# How to become a contributing member?



## Adam Of Angels (Jun 4, 2012)

I know at one point it was easy enough to contribute, financially, to the site, but I'm having a pretty hard time finding the proper link at the moment. Can anybody shed some light on this for me?


----------



## BlackMastodon (Jun 4, 2012)

Click on "User CP" on the top bar and then scroll down to where it says "Paid Subscriptions" along the side.


----------



## ryanoddi (Aug 21, 2012)

So what does each contribution include? It says to "see the Support Us page for more details." I can't seem to find this support us page. Any insight? I was planning on donating anyways, just wanted to know if there was a perk or something that came with the more expensive one.


----------



## Metal_Webb (Aug 21, 2012)

Aside from the warm, glowing satisfaction that you're supporting SS.org, not much that I can easily see


----------



## Adam Of Angels (Aug 21, 2012)

More PM space too - that is more valuable than yu might think


----------



## Pooluke41 (Aug 21, 2012)

Adam Of Angels said:


> More PM space too - that is more valuable than yu might think



But you're a gear whore.

You must get about 50 PM's a day.


----------



## nojyeloot (Aug 21, 2012)

Being a contributor also gives you the option to use an anigif as your avatar IIRC.


----------



## Xaios (Aug 21, 2012)

nojyeloot said:


> Being a contributor also gives you the option to use an anigif as your avatar IIRC.



Not true, actually. Anyone can use an animated GIF as an avatar, but it has to be extremely small in file size, contributor or non-contributor.

However, a "sizeable portion" goes to St.
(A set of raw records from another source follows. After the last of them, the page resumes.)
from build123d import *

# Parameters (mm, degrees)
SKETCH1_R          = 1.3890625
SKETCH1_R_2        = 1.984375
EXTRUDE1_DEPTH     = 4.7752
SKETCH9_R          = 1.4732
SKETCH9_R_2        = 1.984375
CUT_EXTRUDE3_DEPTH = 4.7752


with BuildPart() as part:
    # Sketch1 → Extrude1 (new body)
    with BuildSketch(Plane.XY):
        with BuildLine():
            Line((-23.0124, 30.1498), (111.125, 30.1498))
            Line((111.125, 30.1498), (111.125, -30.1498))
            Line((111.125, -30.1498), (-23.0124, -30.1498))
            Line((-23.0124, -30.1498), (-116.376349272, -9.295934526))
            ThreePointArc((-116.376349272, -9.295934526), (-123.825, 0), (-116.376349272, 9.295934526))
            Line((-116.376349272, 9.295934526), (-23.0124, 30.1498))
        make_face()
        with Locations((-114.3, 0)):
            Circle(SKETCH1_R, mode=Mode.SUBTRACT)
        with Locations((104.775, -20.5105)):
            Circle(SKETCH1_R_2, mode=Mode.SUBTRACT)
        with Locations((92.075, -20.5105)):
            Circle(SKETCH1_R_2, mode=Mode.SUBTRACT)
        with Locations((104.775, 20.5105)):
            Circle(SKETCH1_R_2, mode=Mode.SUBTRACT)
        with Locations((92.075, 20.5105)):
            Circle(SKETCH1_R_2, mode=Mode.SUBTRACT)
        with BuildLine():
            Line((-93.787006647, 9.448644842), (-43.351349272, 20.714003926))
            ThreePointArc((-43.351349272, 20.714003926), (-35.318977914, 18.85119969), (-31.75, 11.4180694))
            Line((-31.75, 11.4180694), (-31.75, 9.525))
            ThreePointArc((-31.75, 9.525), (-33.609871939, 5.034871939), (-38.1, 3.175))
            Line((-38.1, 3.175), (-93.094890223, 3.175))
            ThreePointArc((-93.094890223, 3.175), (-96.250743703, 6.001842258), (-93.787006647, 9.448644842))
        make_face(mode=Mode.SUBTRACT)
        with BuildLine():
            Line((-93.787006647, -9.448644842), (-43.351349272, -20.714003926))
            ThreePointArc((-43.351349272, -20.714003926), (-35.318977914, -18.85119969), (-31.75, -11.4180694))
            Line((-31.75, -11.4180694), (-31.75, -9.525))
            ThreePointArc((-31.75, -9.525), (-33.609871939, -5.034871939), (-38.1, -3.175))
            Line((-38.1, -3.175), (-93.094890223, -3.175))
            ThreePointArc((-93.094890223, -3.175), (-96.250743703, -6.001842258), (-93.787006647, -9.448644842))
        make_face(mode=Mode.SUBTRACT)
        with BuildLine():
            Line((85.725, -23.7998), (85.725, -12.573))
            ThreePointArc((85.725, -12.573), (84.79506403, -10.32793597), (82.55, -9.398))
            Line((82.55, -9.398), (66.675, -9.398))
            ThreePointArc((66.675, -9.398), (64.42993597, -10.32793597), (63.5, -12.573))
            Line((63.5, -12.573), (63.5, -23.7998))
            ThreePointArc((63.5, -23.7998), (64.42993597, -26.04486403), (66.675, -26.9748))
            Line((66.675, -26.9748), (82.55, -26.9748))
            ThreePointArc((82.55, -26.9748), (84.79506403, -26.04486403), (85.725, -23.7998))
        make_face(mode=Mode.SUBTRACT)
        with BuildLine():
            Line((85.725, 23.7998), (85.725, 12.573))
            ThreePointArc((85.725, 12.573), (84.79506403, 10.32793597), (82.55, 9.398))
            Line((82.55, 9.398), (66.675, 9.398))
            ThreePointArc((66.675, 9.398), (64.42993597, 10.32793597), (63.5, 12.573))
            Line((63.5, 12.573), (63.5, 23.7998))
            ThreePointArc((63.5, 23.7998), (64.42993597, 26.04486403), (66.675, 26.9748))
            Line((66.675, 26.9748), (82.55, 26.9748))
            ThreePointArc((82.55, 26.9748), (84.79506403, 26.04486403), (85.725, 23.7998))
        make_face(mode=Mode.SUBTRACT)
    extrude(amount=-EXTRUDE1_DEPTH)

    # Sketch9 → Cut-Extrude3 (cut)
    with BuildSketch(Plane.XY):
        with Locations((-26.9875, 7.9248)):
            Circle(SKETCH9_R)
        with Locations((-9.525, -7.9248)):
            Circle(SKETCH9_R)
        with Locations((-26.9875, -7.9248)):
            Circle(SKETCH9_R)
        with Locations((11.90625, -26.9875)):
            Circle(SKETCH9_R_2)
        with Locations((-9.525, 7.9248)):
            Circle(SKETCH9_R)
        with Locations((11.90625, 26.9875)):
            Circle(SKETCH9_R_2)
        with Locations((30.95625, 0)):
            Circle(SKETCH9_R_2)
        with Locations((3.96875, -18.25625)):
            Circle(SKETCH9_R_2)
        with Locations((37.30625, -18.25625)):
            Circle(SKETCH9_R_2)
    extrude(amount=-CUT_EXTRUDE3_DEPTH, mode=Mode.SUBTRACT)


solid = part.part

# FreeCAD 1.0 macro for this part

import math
import FreeCAD as App
import Part
import Sketcher
Q = App.Units.Quantity

doc = App.newDocument("Part")
body = doc.addObject("PartDesign::Body", "Body")

# Sketch on XY plane
sketch1 = body.newObject("Sketcher::SketchObject", "Sketch")
sketch1.AttachmentSupport = (doc.getObject("XY_Plane"), [""])
sketch1.MapMode = "FlatFace"
sketch1.addGeometry([
    Part.LineSegment(App.Vector(111.125, 30.1498, 0), App.Vector(-23.0124, 30.1498, 0)),  # 0
    Part.LineSegment(App.Vector(-23.0124, 30.1498, 0), App.Vector(-116.376349, 9.295935, 0)),  # 1
    Part.ArcOfCircle(Part.Circle(App.Vector(-114.3, 0, 0), App.Vector(0, 0, 1), 9.525), math.radians(102.59097), math.radians(257.40903)),  # 2
    Part.LineSegment(App.Vector(-116.376349, -9.295935, 0), App.Vector(-23.0124, -30.1498, 0)),  # 3
    Part.LineSegment(App.Vector(-23.0124, -30.1498, 0), App.Vector(111.125, -30.1498, 0)),  # 4
    Part.LineSegment(App.Vector(111.125, -30.1498, 0), App.Vector(111.125, 30.1498, 0)),  # 5
    Part.Circle(App.Vector(104.775, -20.5105, 0), App.Vector(0, 0, 1), 1.984375),  # 6
    Part.Circle(App.Vector(92.075, -20.5105, 0), App.Vector(0, 0, 1), 1.984375),  # 7
    Part.ArcOfCircle(Part.Circle(App.Vector(82.55, -23.7998, 0), App.Vector(0, 0, 1), 3.175), math.radians(-90), math.radians(0)),  # 8
    Part.LineSegment(App.Vector(82.55, -26.9748, 0), App.Vector(66.675, -26.9748, 0)),  # 9
    Part.ArcOfCircle(Part.Circle(App.Vector(66.675, -23.7998, 0), App.Vector(0, 0, 1), 3.175), math.radians(-180), math.radians(-90)),  # 10
    Part.LineSegment(App.Vector(63.5, -23.7998, 0), App.Vector(63.5, -12.573, 0)),  # 11
    Part.ArcOfCircle(Part.Circle(App.Vector(66.675, -12.573, 0), App.Vector(0, 0, 1), 3.175), math.radians(90), math.radians(180)),  # 12
    Part.LineSegment(App.Vector(66.675, -9.398, 0), App.Vector(82.55, -9.398, 0)),  # 13
    Part.ArcOfCircle(Part.Circle(App.Vector(82.55, -12.573, 0), App.Vector(0, 0, 1), 3.175), math.radians(0), math.radians(90)),  # 14
    Part.LineSegment(App.Vector(85.725, -12.573, 0), App.Vector(85.725, -23.7998, 0)),  # 15
    Part.ArcOfCircle(Part.Circle(App.Vector(-93.09489, -6.35, 0), App.Vector(0, 0, 1), 3.175), math.radians(90), math.radians(257.40903)),  # 16
    Part.LineSegment(App.Vector(-93.09489, -3.175, 0), App.Vector(-38.1, -3.175, 0)),  # 17
    Part.ArcOfCircle(Part.Circle(App.Vector(-38.1, -9.525, 0), App.Vector(0, 0, 1), 6.35), math.radians(0), math.radians(90)),  # 18
    Part.LineSegment(App.Vector(-31.75, -9.525, 0), App.Vector(-31.75, -11.418069, 0)),  # 19
    Part.ArcOfCircle(Part.Circle(App.Vector(-41.275, -11.418069, 0), App.Vector(0, 0, 1), 9.525), math.radians(-102.59097), math.radians(0)),  # 20
    Part.LineSegment(App.Vector(-43.351349, -20.714004, 0), App.Vector(-93.787007, -9.448645, 0)),  # 21
    Part.LineSegment(App.Vector(85.725, 23.7998, 0), App.Vector(85.725, 12.573, 0)),  # 22
    Part.ArcOfCircle(Part.Circle(App.Vector(82.55, 12.573, 0), App.Vector(0, 0, 1), 3.175), math.radians(-90), math.radians(0)),  # 23
    Part.LineSegment(App.Vector(82.55, 9.398, 0), App.Vector(66.675, 9.398, 0)),  # 24
    Part.ArcOfCircle(Part.Circle(App.Vector(66.675, 12.573, 0), App.Vector(0, 0, 1), 3.175), math.radians(-180), math.radians(-90)),  # 25
    Part.LineSegment(App.Vector(63.5, 12.573, 0), App.Vector(63.5, 23.7998, 0)),  # 26
    Part.ArcOfCircle(Part.Circle(App.Vector(66.675, 23.7998, 0), App.Vector(0, 0, 1), 3.175), math.radians(90), math.radians(180)),  # 27
    Part.LineSegment(App.Vector(66.675, 26.9748, 0), App.Vector(82.55, 26.9748, 0)),  # 28
    Part.ArcOfCircle(Part.Circle(App.Vector(82.55, 23.7998, 0), App.Vector(0, 0, 1), 3.175), math.radians(0), math.radians(90)),  # 29
    Part.Circle(App.Vector(104.775, 20.5105, 0), App.Vector(0, 0, 1), 1.984375),  # 30
    Part.Circle(App.Vector(92.075, 20.5105, 0), App.Vector(0, 0, 1), 1.984375),  # 31
    Part.Circle(App.Vector(-114.3, 0, 0), App.Vector(0, 0, 1), 1.389063),  # 32
    Part.LineSegment(App.Vector(-93.787007, 9.448645, 0), App.Vector(-43.351349, 20.714004, 0)),  # 33
    Part.ArcOfCircle(Part.Circle(App.Vector(-41.275, 11.418069, 0), App.Vector(0, 0, 1), 9.525), math.radians(0), math.radians(102.59097)),  # 34
    Part.LineSegment(App.Vector(-31.75, 11.418069, 0), App.Vector(-31.75, 9.525, 0)),  # 35
    Part.ArcOfCircle(Part.Circle(App.Vector(-38.1, 9.525, 0), App.Vector(0, 0, 1), 6.35), math.radians(-90), math.radians(0)),  # 36
    Part.LineSegment(App.Vector(-38.1, 3.175, 0), App.Vector(-93.09489, 3.175, 0)),  # 37
    Part.ArcOfCircle(Part.Circle(App.Vector(-93.09489, 6.35, 0), App.Vector(0, 0, 1), 3.175), math.radians(102.59097), math.radians(270)),  # 38
], False)
sketch1.addConstraint([
    Sketcher.Constraint("Coincident", 0, 2, 1, 1),
    Sketcher.Constraint("Tangent", 1, 2, 2, 1),
    Sketcher.Constraint("Tangent", 2, 2, 3, 1),
    Sketcher.Constraint("Coincident", 3, 2, 4, 1),
    Sketcher.Constraint("Coincident", 4, 2, 5, 1),
    Sketcher.Constraint("Coincident", 5, 2, 0, 1),
    Sketcher.Constraint("Tangent", 8, 1, 9, 1),
    Sketcher.Constraint("Tangent", 9, 2, 10, 2),
    Sketcher.Constraint("Tangent", 10, 1, 11, 1),
    Sketcher.Constraint("Tangent", 11, 2, 12, 2),
    Sketcher.Constraint("Tangent", 12, 1, 13, 1),
    Sketcher.Constraint("Tangent", 13, 2, 14, 2),
    Sketcher.Constraint("Tangent", 14, 1, 15, 1),
    Sketcher.Constraint("Tangent", 15, 2, 8, 2),
    Sketcher.Constraint("Tangent", 16, 1, 17, 1),
    Sketcher.Constraint("Tangent", 17, 2, 18, 2),
    Sketcher.Constraint("Tangent", 18, 1, 19, 1),
    Sketcher.Constraint("Tangent", 19, 2, 20, 2),
    Sketcher.Constraint("Tangent", 20, 1, 21, 1),
    Sketcher.Constraint("Tangent", 21, 2, 16, 2),
    Sketcher.Constraint("Tangent", 22, 2, 23, 2),
    Sketcher.Constraint("Tangent", 23, 1, 24, 1),
    Sketcher.Constraint("Tangent", 24, 2, 25, 2),
    Sketcher.Constraint("Tangent", 25, 1, 26, 1),
    Sketcher.Constraint("Tangent", 26, 2, 27, 2),
    Sketcher.Constraint("Tangent", 27, 1, 28, 1),
    Sketcher.Constraint("Tangent", 28, 2, 29, 2),
    Sketcher.Constraint("Tangent", 29, 1, 22, 1),
    Sketcher.Constraint("Tangent", 33, 2, 34, 2),
    Sketcher.Constraint("Tangent", 34, 1, 35, 1),
    Sketcher.Constraint("Tangent", 35, 2, 36, 2),
    Sketcher.Constraint("Tangent", 36, 1, 37, 1),
    Sketcher.Constraint("Tangent", 37, 2, 38, 2),
    Sketcher.Constraint("Tangent", 38, 1, 33, 1),
    Sketcher.Constraint("Horizontal", 0),
    Sketcher.Constraint("Horizontal", 4),
    Sketcher.Constraint("Vertical", 5),
    Sketcher.Constraint("Horizontal", 9),
    Sketcher.Constraint("Vertical", 11),
    Sketcher.Constraint("Horizontal", 13),
    Sketcher.Constraint("Vertical", 15),
    Sketcher.Constraint("Horizontal", 17),
    Sketcher.Constraint("Vertical", 19),
    Sketcher.Constraint("Vertical", 22),
    Sketcher.Constraint("Horizontal", 24),
    Sketcher.Constraint("Vertical", 26),
    Sketcher.Constraint("Horizontal", 28),
    Sketcher.Constraint("Vertical", 35),
    Sketcher.Constraint("Horizontal", 37),
    Sketcher.Constraint("Coincident", 32, 3, 2, 3),
    Sketcher.Constraint("Equal", 6, 7),
    Sketcher.Constraint("Equal", 8, 10),
    Sketcher.Constraint("Equal", 10, 12),
    Sketcher.Constraint("Equal", 12, 14),
    Sketcher.Constraint("Equal", 14, 16),
    Sketcher.Constraint("Equal", 2, 20),
    Sketcher.Constraint("Equal", 16, 23),
    Sketcher.Constraint("Equal", 23, 25),
    Sketcher.Constraint("Equal", 25, 27),
    Sketcher.Constraint("Equal", 27, 29),
    Sketcher.Constraint("Equal", 7, 30),
    Sketcher.Constraint("Equal", 30, 31),
    Sketcher.Constraint("Equal", 20, 34),
    Sketcher.Constraint("Equal", 18, 36),
    Sketcher.Constraint("Equal", 29, 38),
    Sketcher.Constraint("Symmetric", 14, 3, 23, 3, -1),
    Sketcher.Constraint("Symmetric", 10, 3, 27, 3, -1),
    Sketcher.Constraint("Symmetric", 6, 3, 30, 3, -1),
Jude's Children's Research Hospital, as per Alex. I'd say that's worth becoming a contributor.


----------



## nojyeloot (Aug 21, 2012)

Xaios said:


> Not true, actually. Anyone can use an animated GIF as an avatar, but it has to be extremely small in file size, contributor or non-contributor.
> 
> However, a "sizeable portion" goes to St. Jude's Children's Research Hospital, as per Alex. I'd say that's worth becoming a contributor.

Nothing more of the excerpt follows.